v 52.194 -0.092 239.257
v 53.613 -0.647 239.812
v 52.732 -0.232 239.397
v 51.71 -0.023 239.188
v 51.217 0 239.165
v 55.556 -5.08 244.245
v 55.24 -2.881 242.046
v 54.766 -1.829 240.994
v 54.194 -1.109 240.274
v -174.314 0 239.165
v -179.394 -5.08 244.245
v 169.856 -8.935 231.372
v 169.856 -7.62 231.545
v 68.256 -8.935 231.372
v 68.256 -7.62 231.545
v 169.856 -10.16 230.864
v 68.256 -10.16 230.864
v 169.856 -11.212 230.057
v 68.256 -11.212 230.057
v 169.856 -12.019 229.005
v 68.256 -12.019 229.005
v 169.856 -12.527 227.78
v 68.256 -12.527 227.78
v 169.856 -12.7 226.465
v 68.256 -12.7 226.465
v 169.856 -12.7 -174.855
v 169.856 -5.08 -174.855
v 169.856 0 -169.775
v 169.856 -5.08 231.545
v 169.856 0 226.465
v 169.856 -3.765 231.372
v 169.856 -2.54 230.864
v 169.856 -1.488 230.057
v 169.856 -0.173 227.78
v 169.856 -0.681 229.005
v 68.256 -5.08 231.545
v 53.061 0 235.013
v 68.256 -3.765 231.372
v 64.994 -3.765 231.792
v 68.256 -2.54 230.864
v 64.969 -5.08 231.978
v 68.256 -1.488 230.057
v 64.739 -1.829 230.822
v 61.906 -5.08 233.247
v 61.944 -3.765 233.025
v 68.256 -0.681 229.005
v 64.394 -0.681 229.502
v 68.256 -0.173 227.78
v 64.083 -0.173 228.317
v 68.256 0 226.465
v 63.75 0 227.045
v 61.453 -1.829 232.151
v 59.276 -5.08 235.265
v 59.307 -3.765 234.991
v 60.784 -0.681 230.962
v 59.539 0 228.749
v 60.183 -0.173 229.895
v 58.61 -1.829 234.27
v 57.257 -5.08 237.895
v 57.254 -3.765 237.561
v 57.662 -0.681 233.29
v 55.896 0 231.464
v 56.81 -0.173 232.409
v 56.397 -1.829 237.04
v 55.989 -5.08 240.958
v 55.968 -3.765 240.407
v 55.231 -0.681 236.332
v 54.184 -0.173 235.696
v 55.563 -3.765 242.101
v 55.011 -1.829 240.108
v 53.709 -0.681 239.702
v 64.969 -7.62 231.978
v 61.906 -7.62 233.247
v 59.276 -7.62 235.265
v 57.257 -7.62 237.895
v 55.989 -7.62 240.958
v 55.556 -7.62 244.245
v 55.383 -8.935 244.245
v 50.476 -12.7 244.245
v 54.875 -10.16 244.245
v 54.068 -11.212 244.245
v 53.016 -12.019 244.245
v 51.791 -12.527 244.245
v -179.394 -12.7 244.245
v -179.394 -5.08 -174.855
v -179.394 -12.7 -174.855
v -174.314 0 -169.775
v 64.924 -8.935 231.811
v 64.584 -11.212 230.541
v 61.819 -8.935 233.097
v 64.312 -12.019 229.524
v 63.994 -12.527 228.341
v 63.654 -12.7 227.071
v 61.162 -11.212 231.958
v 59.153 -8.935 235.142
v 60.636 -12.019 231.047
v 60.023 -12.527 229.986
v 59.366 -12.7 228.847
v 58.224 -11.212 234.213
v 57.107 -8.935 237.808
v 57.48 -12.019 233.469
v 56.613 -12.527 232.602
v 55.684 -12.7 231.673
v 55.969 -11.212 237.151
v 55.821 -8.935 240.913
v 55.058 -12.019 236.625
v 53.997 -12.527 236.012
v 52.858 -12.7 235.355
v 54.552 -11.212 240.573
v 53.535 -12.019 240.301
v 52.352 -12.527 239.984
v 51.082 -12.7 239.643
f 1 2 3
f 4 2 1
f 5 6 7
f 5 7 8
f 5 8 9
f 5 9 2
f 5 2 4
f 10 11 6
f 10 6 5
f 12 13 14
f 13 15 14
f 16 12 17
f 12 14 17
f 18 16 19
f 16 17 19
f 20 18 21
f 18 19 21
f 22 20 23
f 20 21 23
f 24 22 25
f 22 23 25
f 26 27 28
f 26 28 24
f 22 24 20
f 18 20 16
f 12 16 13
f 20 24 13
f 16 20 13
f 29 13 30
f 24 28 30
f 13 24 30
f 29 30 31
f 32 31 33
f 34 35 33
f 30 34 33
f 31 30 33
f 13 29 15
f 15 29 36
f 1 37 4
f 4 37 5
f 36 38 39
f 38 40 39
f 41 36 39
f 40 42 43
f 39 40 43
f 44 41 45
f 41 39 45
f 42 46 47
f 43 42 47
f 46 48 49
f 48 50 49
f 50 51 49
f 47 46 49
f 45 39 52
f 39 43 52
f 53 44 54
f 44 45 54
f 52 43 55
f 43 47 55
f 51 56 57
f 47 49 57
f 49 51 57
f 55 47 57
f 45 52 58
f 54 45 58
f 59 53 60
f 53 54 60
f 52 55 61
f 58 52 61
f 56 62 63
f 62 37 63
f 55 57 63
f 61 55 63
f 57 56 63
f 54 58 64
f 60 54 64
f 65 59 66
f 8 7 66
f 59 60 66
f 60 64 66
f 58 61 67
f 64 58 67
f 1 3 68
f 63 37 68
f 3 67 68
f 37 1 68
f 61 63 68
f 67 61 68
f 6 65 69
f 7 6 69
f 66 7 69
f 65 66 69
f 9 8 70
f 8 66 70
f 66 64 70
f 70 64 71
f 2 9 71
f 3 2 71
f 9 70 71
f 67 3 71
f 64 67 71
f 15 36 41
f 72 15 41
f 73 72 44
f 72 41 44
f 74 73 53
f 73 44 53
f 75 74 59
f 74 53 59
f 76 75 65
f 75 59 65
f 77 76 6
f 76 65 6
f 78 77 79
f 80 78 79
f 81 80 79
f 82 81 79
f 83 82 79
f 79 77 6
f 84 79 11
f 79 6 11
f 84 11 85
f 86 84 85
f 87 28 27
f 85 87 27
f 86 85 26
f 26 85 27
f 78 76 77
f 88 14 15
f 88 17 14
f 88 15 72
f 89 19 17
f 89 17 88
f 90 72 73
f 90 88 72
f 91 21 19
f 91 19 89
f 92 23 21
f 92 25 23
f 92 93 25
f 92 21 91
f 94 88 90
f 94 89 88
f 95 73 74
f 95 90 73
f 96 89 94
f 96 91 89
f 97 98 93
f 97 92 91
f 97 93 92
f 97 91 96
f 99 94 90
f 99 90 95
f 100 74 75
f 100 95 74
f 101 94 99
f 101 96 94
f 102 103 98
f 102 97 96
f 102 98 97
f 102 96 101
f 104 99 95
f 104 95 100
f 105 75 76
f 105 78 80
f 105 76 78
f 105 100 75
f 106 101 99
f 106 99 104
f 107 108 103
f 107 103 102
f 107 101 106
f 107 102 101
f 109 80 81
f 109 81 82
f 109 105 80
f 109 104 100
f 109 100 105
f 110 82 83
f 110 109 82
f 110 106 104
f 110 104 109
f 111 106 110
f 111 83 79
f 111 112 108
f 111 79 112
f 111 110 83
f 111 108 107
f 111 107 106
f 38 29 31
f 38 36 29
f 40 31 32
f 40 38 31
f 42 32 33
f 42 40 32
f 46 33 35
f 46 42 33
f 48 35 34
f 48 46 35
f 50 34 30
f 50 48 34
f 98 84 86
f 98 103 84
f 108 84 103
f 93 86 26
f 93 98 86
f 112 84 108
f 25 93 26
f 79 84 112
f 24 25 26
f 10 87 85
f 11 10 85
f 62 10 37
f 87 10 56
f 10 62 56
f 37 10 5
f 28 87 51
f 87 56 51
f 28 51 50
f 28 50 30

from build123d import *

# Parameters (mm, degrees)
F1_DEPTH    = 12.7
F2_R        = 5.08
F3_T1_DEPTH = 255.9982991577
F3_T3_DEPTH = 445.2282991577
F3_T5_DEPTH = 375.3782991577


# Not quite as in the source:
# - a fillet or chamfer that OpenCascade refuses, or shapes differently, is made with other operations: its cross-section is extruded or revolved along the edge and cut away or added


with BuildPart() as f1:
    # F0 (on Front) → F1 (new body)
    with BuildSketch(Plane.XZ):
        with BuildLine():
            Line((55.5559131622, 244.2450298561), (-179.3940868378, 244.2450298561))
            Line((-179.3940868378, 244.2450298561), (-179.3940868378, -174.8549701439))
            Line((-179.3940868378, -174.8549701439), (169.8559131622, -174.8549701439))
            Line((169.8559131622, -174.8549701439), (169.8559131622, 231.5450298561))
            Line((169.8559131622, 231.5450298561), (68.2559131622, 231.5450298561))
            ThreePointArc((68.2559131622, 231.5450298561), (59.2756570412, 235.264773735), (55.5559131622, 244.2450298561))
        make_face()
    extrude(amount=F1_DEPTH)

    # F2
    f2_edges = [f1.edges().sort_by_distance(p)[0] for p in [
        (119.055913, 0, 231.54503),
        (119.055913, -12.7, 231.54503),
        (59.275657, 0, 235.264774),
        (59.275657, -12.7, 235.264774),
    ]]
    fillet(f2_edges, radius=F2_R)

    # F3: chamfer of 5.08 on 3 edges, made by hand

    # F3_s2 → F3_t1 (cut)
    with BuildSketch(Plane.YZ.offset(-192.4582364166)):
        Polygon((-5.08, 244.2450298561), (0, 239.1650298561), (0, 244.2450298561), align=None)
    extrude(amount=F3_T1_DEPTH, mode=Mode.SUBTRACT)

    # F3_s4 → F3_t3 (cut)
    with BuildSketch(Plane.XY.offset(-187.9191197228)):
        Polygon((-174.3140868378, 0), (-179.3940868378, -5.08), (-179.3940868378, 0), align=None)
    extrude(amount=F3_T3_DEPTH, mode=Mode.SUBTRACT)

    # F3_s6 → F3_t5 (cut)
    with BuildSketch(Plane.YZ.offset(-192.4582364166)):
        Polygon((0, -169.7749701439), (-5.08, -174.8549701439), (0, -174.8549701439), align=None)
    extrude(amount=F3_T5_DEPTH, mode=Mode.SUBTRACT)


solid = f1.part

-*-

What is expected: Return only the lines spanning from the first line of the material through the line with "v 55.989 -7.62 240.958", copied exactly, both ends kept.

Written solution:
v 52.194 -0.092 239.257
v 53.613 -0.647 239.812
v 52.732 -0.232 239.397
v 51.71 -0.023 239.188
v 51.217 0 239.165
v 55.556 -5.08 244.245
v 55.24 -2.881 242.046
v 54.766 -1.829 240.994
v 54.194 -1.109 240.274
v -174.314 0 239.165
v -179.394 -5.08 244.245
v 169.856 -8.935 231.372
v 169.856 -7.62 231.545
v 68.256 -8.935 231.372
v 68.256 -7.62 231.545
v 169.856 -10.16 230.864
v 68.256 -10.16 230.864
v 169.856 -11.212 230.057
v 68.256 -11.212 230.057
v 169.856 -12.019 229.005
v 68.256 -12.019 229.005
v 169.856 -12.527 227.78
v 68.256 -12.527 227.78
v 169.856 -12.7 226.465
v 68.256 -12.7 226.465
v 169.856 -12.7 -174.855
v 169.856 -5.08 -174.855
v 169.856 0 -169.775
v 169.856 -5.08 231.545
v 169.856 0 226.465
v 169.856 -3.765 231.372
v 169.856 -2.54 230.864
v 169.856 -1.488 230.057
v 169.856 -0.173 227.78
v 169.856 -0.681 229.005
v 68.256 -5.08 231.545
v 53.061 0 235.013
v 68.256 -3.765 231.372
v 64.994 -3.765 231.792
v 68.256 -2.54 230.864
v 64.969 -5.08 231.978
v 68.256 -1.488 230.057
v 64.739 -1.829 230.822
v 61.906 -5.08 233.247
v 61.944 -3.765 233.025
v 68.256 -0.681 229.005
v 64.394 -0.681 229.502
v 68.256 -0.173 227.78
v 64.083 -0.173 228.317
v 68.256 0 226.465
v 63.75 0 227.045
v 61.453 -1.829 232.151
v 59.276 -5.08 235.265
v 59.307 -3.765 234.991
v 60.784 -0.681 230.962
v 59.539 0 228.749
v 60.183 -0.173 229.895
v 58.61 -1.829 234.27
v 57.257 -5.08 237.895
v 57.254 -3.765 237.561
v 57.662 -0.681 233.29
v 55.896 0 231.464
v 56.81 -0.173 232.409
v 56.397 -1.829 237.04
v 55.989 -5.08 240.958
v 55.968 -3.765 240.407
v 55.231 -0.681 236.332
v 54.184 -0.173 235.696
v 55.563 -3.765 242.101
v 55.011 -1.829 240.108
v 53.709 -0.681 239.702
v 64.969 -7.62 231.978
v 61.906 -7.62 233.247
v 59.276 -7.62 235.265
v 57.257 -7.62 237.895
v 55.989 -7.62 240.958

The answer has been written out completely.